The primary goal of this project is to predict low credit score customers based on various features from a dataset of credit transactions. The project aims to develop a classification model capable of identifying customers with low credit score.
This project is divided into three main parts, aligning with the mid-course project requirements for the Maven Analytics Classification course. Each part focuses on different aspects of the data preparation, model development, and evaluation process.
Step 1: Data Preparation and Exploratory Data Analysis (EDA)
Data Import and Conversion:
- Load the CSV file containing credit transaction data.
- Perform necessary datatype conversions to ensure consistency and accuracy.
Target Variable Modification:
- Modify the target variable by grouping 'Standard' and 'Good' credit scores together, creating a binary classification problem (Low vs.
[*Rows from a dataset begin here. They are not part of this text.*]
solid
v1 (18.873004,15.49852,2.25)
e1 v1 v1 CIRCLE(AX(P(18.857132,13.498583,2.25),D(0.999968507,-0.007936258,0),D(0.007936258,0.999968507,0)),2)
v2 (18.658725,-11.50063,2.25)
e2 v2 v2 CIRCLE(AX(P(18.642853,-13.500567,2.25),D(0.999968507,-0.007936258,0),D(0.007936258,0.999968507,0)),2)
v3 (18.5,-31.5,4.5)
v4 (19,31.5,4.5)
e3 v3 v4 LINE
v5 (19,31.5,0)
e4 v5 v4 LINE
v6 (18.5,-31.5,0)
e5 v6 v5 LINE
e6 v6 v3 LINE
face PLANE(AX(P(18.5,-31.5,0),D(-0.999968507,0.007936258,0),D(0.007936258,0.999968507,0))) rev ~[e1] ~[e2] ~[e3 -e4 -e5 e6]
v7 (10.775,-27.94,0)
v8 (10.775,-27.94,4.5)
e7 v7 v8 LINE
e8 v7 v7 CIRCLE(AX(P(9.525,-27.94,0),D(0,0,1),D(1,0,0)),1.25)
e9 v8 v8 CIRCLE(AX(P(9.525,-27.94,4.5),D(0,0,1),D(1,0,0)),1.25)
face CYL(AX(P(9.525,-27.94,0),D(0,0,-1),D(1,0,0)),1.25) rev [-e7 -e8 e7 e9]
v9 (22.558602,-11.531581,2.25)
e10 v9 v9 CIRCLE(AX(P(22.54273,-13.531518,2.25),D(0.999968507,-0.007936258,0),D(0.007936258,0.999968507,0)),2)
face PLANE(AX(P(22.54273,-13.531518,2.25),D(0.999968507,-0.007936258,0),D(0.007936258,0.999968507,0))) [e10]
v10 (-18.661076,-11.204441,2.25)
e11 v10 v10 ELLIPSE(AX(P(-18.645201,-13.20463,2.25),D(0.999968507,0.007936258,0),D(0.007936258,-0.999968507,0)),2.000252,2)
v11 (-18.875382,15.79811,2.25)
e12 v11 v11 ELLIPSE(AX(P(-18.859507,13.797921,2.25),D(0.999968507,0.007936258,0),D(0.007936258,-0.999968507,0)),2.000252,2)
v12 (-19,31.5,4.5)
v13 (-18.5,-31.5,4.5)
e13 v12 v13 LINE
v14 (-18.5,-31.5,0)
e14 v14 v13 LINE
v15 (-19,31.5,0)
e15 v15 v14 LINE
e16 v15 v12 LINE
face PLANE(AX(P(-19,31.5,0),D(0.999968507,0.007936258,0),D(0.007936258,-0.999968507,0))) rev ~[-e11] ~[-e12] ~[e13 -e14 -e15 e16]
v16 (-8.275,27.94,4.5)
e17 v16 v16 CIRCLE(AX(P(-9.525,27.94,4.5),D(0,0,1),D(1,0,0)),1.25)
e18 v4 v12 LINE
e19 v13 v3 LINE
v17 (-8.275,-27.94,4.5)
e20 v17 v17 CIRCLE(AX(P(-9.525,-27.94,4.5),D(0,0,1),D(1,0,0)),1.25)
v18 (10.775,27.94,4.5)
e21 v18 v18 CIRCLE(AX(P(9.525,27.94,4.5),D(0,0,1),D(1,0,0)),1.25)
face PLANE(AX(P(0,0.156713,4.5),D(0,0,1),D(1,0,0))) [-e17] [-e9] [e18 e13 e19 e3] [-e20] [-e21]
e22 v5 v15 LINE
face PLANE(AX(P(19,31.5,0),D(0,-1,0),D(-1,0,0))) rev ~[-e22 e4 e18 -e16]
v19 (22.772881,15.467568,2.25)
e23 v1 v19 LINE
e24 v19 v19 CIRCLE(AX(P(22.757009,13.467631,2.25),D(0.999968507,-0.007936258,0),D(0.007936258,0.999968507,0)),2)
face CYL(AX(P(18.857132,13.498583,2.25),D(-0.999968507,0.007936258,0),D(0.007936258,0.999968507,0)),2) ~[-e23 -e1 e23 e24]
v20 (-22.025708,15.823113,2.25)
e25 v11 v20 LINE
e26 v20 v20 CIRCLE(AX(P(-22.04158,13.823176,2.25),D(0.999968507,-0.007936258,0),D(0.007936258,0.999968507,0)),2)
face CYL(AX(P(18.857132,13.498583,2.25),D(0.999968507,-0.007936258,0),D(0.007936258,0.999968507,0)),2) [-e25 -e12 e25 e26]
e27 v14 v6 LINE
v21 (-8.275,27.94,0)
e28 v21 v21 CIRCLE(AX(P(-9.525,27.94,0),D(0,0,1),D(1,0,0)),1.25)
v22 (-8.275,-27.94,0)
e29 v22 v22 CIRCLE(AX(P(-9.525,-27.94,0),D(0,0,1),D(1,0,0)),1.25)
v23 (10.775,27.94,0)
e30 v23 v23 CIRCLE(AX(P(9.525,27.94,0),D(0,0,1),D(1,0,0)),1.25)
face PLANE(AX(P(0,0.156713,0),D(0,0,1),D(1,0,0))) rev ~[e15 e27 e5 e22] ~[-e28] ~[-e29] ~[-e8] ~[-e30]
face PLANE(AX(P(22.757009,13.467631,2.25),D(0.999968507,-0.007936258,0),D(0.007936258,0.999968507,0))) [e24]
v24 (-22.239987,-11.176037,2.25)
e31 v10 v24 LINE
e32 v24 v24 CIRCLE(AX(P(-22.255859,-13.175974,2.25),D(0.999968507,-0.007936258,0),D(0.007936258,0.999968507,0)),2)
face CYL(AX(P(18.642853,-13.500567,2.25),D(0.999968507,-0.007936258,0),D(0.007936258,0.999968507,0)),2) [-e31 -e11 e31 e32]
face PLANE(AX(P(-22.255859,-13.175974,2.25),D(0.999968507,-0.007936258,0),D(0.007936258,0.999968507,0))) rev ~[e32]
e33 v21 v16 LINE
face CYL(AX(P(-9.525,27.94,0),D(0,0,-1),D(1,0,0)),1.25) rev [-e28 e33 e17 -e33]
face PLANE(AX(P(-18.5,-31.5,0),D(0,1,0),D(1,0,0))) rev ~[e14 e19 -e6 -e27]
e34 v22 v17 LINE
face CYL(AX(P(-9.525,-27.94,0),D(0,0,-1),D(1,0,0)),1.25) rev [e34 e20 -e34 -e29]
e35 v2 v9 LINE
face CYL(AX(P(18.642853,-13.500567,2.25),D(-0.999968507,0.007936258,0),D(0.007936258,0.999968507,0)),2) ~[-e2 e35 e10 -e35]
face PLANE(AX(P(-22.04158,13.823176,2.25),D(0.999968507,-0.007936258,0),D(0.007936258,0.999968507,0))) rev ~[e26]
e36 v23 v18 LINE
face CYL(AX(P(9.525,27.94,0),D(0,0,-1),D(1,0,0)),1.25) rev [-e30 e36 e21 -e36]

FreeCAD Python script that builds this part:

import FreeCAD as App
import Part
import Sketcher


def add_polygon(sketch, points):
    """Adds a closed chain of lines whose ends are joined by coincident constraints."""
    first, n = sketch.GeometryCount, len(points)
    for a, b in zip(points, points[1:] + points[:1]):
        sketch.addGeometry(Part.LineSegment(App.Vector(*a, 0), App.Vector(*b, 0)), False)
    for i in range(n):
        sketch.addConstraint(Sketcher.Constraint("Coincident", first + i, 2, first + (i + 1) % n, 1))

doc = App.newDocument("Part")
body = doc.addObject("PartDesign::Body", "Body")

# Sketch on XY plane
sketch1 = body.newObject("Sketcher::SketchObject", "Sketch")
sketch1.AttachmentSupport = (doc.getObject("XY_Plane"), [""])
sketch1.MapMode = "FlatFace"
add_polygon(sketch1, [(19, 31.5), (-19, 31.5), (-18.5, -31.5), (18.5, -31.5)])  # lines 0-3
sketch1.addGeometry(Part.Circle(App.Vector(-9.525, -27.94, 0), App.Vector(0, 0, 1), 1.25), False)  # 4
sketch1.addGeometry(Part.Circle(App.Vector(9.525, -27.94, 0), App.Vector(0, 0, 1), 1.25), False)  # 5
sketch1.addGeometry(Part.Circle(App.Vector(-9.525, 27.94, 0), App.Vector(0, 0, 1), 1.25), False)  # 6
sketch1.addGeometry(Part.Circle(App.Vector(9.525, 27.94, 0), App.Vector(0, 0, 1), 1.25), False)  # 7
sketch1.addConstraint([
    Sketcher.Constraint("Horizontal", 0),
    Sketcher.Constraint("Horizontal", 2),
    Sketcher.Constraint("Equal", 4, 5),
    Sketcher.Constraint("Equal", 5, 6),
    Sketcher.Constraint("Equal", 6, 7),
    Sketcher.Constraint("Symmetric", 5, 3, 6, 3, -1, 1),
    Sketcher.Constraint("Symmetric", 4, 3, 7, 3, -1, 1),
    Sketcher.Constraint("Symmetric", 4, 3, 5, 3, -2),
    Sketcher.Constraint("Equal", 1, 3),
    Sketcher.Constraint("Diameter", 4, 2.5),
    Sketcher.Constraint("DistanceX", 0, 2, 0, 1, 38.0),
    Sketcher.Constraint("DistanceX", 2, 1, 2, 2, 37.0),
    Sketcher.Constraint("DistanceX", 0, 2, -1, 1, 19.0),
    Sketcher.Constraint("DistanceY", 1, 2, 0, 2, 63.0),
    Sketcher.Constraint("DistanceY", -1, 1, 0, 2, 31.5),
    Sketcher.Constraint("DistanceY", 4, 3, -1, 1, 27.94),
    Sketcher.Constraint("DistanceX", 4, 3, 5, 3, 19.05),
])
pad1 = body.newObject("PartDesign::Pad", "Pad")
pad1.Profile = sketch1
pad1.Length = 4.5

# Sketch on an angled plane
sketch2 = body.newObject("Sketcher::SketchObject", "Sketch001")
sketch2.Placement = App.Placement(App.Vector(18.748819, -0.1488, 0), App.Rotation(App.Vector(0.007936258, 0.999968507, 0), App.Vector(0, 0, 0.999999999), App.Vector(0.999968507, -0.007936258, 0), "ZXY"))
sketch2.addGeometry([
    Part.Circle(App.Vector(13.647813, 2.25, 0), App.Vector(0, 0, 1), 2),
    Part.Circle(App.Vector(-13.352187, 2.25, 0), App.Vector(0, 0, 1), 2),
], False)
sketch2.addConstraint([
    Sketcher.Constraint("Equal", 0, 1),
    Sketcher.Constraint("Horizontal", 0, 3, 1, 3),
    Sketcher.Constraint("Diameter", 0, 4.0),
    Sketcher.Constraint("DistanceX", 1, 3, 0, 3, 27.0),
    Sketcher.Constraint("DistanceY", -1, 1, 0, 3, 2.25),
    Sketcher.Constraint("DistanceX", -1, 1, 0, 3, 13.647813),
])
pad2 = body.newObject("PartDesign::Pad", "Pad001")
pad2.Profile = sketch2
pad2.Type = "TwoLengths"
pad2.Length = 3.9
pad2.Length2 = 40.9

doc.recompute()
High).
Data Exploration:
- Analyse the dataset to identify which features most significantly impact credit scores.
- Check for and address any high correlations between features.
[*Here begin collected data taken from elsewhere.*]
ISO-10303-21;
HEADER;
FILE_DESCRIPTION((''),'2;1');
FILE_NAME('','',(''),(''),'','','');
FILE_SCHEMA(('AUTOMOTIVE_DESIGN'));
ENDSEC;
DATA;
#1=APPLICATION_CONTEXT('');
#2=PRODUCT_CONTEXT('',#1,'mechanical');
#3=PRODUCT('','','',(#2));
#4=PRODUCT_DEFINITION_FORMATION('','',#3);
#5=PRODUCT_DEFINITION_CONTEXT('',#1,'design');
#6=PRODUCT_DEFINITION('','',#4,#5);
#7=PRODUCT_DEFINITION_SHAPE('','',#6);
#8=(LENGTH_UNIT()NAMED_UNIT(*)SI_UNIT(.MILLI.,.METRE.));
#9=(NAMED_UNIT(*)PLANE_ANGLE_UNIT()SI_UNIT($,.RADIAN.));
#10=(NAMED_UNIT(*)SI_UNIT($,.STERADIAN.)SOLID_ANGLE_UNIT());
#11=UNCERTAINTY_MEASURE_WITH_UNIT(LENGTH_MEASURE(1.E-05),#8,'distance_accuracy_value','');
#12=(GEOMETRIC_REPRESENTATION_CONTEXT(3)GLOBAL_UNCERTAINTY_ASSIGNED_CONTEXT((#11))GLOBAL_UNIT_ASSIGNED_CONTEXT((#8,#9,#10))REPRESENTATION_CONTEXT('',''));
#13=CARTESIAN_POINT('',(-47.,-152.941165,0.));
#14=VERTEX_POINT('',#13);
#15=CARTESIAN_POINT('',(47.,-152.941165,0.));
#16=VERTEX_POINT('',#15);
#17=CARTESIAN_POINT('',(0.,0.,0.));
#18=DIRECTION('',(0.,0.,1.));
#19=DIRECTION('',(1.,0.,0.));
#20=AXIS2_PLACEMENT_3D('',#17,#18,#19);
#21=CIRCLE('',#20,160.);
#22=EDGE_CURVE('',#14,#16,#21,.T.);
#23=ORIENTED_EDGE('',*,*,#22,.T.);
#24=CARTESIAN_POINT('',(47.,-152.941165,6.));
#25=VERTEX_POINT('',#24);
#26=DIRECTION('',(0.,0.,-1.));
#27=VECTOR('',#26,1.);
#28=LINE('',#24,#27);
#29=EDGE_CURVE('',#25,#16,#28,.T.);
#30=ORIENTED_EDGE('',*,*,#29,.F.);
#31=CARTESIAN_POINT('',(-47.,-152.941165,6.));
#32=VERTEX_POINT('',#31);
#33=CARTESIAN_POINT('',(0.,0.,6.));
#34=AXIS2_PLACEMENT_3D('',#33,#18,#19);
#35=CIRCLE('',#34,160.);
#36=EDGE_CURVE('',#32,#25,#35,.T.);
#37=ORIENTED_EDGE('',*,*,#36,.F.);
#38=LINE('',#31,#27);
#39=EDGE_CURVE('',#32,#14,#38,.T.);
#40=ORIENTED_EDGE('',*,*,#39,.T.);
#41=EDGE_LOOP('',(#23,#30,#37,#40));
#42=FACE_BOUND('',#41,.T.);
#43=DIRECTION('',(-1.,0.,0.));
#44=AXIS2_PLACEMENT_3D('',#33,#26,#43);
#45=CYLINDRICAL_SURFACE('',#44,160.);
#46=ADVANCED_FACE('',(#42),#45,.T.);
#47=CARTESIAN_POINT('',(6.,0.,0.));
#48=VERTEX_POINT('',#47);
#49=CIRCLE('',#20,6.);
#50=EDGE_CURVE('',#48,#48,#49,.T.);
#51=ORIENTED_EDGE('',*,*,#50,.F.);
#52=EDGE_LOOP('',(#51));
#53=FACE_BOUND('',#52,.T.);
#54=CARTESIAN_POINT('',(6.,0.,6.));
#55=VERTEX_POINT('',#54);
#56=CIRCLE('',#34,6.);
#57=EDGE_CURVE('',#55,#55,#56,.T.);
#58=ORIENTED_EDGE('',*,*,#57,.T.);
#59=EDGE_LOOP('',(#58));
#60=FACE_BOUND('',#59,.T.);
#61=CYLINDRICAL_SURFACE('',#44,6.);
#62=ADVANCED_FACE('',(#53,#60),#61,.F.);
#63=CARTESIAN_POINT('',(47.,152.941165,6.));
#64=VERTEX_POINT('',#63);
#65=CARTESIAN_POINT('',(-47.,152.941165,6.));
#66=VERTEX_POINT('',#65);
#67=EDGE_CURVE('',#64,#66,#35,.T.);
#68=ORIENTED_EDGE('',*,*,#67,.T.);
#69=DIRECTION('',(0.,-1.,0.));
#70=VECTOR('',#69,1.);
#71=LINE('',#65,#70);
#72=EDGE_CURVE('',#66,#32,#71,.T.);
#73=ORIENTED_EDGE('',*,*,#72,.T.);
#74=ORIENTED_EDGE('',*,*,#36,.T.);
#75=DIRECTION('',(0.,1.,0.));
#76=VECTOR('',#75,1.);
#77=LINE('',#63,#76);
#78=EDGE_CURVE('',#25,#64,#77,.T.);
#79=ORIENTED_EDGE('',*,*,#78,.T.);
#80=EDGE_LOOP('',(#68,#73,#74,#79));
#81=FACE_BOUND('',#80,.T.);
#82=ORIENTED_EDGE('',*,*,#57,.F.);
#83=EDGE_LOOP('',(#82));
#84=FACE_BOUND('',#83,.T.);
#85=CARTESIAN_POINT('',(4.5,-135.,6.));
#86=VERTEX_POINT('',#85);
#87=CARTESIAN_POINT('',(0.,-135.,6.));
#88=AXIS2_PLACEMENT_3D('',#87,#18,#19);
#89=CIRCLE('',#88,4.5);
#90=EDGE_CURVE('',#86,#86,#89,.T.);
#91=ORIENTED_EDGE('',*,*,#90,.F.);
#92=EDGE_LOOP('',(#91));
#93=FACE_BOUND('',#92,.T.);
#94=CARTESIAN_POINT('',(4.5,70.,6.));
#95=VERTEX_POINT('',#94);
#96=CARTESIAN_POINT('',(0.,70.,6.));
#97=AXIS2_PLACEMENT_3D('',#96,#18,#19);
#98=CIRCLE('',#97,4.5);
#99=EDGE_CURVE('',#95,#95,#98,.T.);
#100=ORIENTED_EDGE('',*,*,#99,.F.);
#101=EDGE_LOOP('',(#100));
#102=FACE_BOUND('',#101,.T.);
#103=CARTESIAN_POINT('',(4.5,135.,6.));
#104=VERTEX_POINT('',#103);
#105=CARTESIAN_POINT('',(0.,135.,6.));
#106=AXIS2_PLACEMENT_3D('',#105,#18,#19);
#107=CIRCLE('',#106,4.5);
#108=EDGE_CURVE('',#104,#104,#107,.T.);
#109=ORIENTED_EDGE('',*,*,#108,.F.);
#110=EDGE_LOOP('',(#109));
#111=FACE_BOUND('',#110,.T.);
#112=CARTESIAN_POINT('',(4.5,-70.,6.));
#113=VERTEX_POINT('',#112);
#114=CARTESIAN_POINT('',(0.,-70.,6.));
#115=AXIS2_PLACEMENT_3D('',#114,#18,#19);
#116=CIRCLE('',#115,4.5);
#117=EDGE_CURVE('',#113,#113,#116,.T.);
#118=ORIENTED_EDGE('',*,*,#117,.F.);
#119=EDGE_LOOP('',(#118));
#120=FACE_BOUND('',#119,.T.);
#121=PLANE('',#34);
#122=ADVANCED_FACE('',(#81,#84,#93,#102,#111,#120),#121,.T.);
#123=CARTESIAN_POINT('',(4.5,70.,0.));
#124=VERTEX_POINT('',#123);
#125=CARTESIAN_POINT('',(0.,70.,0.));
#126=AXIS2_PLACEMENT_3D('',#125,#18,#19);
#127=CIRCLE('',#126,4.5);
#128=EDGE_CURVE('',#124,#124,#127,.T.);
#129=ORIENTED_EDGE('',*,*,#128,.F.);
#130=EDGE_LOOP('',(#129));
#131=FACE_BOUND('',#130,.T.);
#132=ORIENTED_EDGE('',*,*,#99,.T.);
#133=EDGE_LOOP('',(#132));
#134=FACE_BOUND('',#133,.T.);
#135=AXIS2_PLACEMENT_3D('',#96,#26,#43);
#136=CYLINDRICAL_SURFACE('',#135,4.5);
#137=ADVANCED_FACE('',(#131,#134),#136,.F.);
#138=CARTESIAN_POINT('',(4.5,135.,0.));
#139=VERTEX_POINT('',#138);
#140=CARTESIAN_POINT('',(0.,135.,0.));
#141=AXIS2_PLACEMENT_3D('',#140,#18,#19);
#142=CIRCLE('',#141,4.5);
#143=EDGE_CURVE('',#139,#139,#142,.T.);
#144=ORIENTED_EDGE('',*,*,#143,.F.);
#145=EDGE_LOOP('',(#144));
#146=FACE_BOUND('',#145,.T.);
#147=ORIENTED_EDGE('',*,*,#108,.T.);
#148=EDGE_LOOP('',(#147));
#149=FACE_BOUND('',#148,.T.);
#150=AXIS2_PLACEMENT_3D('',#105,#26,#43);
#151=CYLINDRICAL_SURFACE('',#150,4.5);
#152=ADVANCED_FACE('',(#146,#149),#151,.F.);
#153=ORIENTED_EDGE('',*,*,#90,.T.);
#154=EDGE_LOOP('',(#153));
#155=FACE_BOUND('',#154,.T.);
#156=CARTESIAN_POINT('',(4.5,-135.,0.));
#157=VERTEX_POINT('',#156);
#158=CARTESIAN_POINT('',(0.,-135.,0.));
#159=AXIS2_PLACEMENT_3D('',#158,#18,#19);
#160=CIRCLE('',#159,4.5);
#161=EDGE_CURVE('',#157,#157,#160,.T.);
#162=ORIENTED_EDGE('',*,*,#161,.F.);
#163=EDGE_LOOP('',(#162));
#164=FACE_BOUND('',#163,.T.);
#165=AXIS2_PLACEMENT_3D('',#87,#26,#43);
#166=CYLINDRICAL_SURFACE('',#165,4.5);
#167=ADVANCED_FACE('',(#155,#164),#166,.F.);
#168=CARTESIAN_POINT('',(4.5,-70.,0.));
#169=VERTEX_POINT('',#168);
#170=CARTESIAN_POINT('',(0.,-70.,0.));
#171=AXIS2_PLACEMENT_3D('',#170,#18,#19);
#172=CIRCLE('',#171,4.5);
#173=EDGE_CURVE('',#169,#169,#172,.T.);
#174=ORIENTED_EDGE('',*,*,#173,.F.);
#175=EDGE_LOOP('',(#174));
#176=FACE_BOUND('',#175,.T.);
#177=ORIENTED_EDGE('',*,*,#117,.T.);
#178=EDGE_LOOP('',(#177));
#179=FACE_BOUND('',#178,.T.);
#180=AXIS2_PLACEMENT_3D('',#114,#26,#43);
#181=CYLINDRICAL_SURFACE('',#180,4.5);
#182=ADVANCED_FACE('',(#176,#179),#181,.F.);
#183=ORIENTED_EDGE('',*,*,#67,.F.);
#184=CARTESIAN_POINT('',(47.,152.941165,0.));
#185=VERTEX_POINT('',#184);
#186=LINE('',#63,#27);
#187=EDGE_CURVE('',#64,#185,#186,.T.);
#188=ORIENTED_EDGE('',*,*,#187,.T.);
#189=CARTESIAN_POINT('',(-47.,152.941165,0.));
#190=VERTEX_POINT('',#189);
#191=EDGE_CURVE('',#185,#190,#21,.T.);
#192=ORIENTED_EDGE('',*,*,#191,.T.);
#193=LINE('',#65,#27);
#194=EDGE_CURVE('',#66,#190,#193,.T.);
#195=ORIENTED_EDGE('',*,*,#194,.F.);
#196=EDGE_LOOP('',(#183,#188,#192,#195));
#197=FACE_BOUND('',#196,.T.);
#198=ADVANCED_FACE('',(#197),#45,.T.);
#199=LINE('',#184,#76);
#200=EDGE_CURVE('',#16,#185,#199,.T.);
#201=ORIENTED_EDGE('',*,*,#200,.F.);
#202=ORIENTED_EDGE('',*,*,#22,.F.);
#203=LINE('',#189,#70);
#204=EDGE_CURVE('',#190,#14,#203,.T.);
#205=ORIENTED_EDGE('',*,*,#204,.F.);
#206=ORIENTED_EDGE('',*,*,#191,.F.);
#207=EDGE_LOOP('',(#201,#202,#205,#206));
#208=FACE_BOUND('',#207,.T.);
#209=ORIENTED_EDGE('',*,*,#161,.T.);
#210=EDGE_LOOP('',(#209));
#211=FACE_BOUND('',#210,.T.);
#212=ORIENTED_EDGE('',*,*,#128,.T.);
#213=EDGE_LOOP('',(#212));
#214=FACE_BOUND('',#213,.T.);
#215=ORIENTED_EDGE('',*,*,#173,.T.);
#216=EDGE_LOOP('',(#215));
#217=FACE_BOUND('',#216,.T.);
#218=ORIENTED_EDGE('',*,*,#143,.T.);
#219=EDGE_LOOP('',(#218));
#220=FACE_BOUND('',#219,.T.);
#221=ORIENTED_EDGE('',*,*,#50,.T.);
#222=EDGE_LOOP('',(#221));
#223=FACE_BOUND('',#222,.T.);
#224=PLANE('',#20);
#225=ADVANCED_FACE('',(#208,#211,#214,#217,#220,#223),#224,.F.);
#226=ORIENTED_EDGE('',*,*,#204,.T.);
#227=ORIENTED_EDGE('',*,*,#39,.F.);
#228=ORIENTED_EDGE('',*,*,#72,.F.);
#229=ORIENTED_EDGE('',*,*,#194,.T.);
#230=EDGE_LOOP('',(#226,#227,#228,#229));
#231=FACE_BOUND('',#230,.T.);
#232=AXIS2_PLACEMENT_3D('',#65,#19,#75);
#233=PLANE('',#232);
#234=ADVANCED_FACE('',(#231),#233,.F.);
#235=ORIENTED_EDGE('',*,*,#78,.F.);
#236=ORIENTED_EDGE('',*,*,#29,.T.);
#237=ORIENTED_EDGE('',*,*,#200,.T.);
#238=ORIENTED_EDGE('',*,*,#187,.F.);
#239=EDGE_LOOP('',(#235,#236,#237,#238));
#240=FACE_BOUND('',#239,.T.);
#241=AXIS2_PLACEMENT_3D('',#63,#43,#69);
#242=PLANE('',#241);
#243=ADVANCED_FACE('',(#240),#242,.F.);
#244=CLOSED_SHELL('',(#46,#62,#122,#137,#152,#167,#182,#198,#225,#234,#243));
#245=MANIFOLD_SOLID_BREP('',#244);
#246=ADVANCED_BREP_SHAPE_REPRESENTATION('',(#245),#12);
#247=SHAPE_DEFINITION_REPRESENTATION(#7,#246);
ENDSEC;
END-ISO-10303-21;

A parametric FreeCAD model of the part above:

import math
import FreeCAD as App
import Part
import Sketcher
Q = App.Units.Quantity

doc = App.newDocument("Part")
params = doc.addObject("Spreadsheet::Sheet", "Params")
for row, (alias, value) in enumerate([
    ("sketch1_diameter", "9 mm"),
    ("sketch1_diameter2", "12 mm"),
    ("sketch1_radius", "160 mm"),
    ("pad1_length", "6 mm"),
], start=1):
    params.set(f"A{row}", alias)
    params.set(f"B{row}", "=" + value)
    params.setAlias(f"B{row}", alias)

body = doc.addObject("PartDesign::Body", "Body")

sketch1 = body.newObject("Sketcher::SketchObject", "Sketch")
sketch1.AttachmentSupport = (doc.getObject("XY_Plane"), [""])
sketch1.MapMode = "FlatFace"
sketch1.addGeometry(Part.LineSegment(App.Vector(-47, 152.941165, 0), App.Vector(-47, -152.941165, 0)), False)
sketch1.addGeometry(Part.ArcOfCircle(Part.Circle(App.Vector(0, 0, 0), App.Vector(0, 0, 1), 160), math.radians(-107.082597), math.radians(-72.917403)), False)
sketch1.addGeometry(Part.LineSegment(App.Vector(47, -152.941165, 0), App.Vector(47, 152.941165, 0)), False)
sketch1.addGeometry(Part.ArcOfCircle(Part.Circle(App.Vector(0, 0, 0), App.Vector(0, 0, 1), 160), math.radians(72.917403), math.radians(107.082597)), False)
sketch1.addGeometry(Part.Circle(App.Vector(0, -135, 0), App.Vector(0, 0, 1), 4.5), False)
sketch1.addGeometry(Part.Circle(App.Vector(0, -70, 0), App.Vector(0, 0, 1), 4.5), False)
sketch1.addGeometry(Part.Circle(App.Vector(0, 0, 0), App.Vector(0, 0, 1), 6), False)
sketch1.addGeometry(Part.Circle(App.Vector(0, 70, 0), App.Vector(0, 0, 1), 4.5), False)
sketch1.addGeometry(Part.Circle(App.Vector(0, 135, 0), App.Vector(0, 0, 1), 4.5), False)
sketch1.addConstraint(Sketcher.Constraint("Coincident", 0, 2, 1, 1))
sketch1.addConstraint(Sketcher.Constraint("Coincident", 1, 2, 2, 1))
sketch1.addConstraint(Sketcher.Constraint("Coincident", 2, 2, 3, 1))
sketch1.addConstraint(Sketcher.Constraint("Coincident", 3, 2, 0, 1))
sketch1.addConstraint(Sketcher.Constraint("Vertical", 0))
sketch1.addConstraint(Sketcher.Constraint("Vertical", 2))
sketch1.addConstraint(Sketcher.Constraint("Coincident", 1, 3, -1, 1))
sketch1.addConstraint(Sketcher.Constraint("Coincident", 3, 3, -1, 1))
sketch1.addConstraint(Sketcher.Constraint("Coincident", 6, 3, -1, 1))
sketch1.addConstraint(Sketcher.Constraint("Equal", 1, 3))
sketch1.addConstraint(Sketcher.Constraint("Equal", 4, 5))
sketch1.addConstraint(Sketcher.Constraint("Equal", 5, 7))
sketch1.addConstraint(Sketcher.Constraint("Equal", 7, 8))
sketch1.addConstraint(Sketcher.Constraint("Symmetric", 5, 3, 7, 3, -1, 1))
sketch1.addConstraint(Sketcher.Constraint("Symmetric", 4, 3, 8, 3, -1, 1))
sketch1.addConstraint(Sketcher.Constraint("PointOnObject", 4, 3, -2))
- Remove unnecessary features that do not contribute to the predictive power of the model.
Data Preparation for Modelling:
- Create dummy variables for categorical features.
- Split the data into training and testing sets.
- Scale features if necessary to ensure model stability and performance.
Step 2: Logistic Regression
Initial Model Fitting:
- Fit a Logistic Regression model using default hyperparameters.
Hyperparameter Tuning:
- Tune the hyperparameters to optimize the model's performance.
Performance Reporting:
- Report key metrics: accuracy, precision, recall, and F1 score.
- Adjust the decision threshold to maximize the F1 score.
ROC Curve and AUC:
- Plot the ROC curve for the tuned model.
- Calculate and report the Area Under the Curve (AUC) to evaluate the model's ability to distinguish between classes.
Step 3: Addressing Imbalanced Data
SMOTE Application:
- Apply Synthetic Minority Over-sampling Technique (SMOTE) to balance the dataset by resampling to an equal number of instances for both classes.
Model Re-tuning:
- Tune the model threshold again after applying SMOTE to check for improvements.
Performance Comparison:
- Compare the model's performance (accuracy, F1 score, and AUC) before and after applying SMOTE to assess the impact of handling data imbalance.
Final Model Evaluation
- Fit the final model using the best-performing configuration and techniques identified through the project.
- Evaluate the final model's performance on the test data to ensure its generalizability and reliability.
By following these steps, this project aims to build a classification model capable for predicting low credit score customers, providing insights and tools for managing credit risk.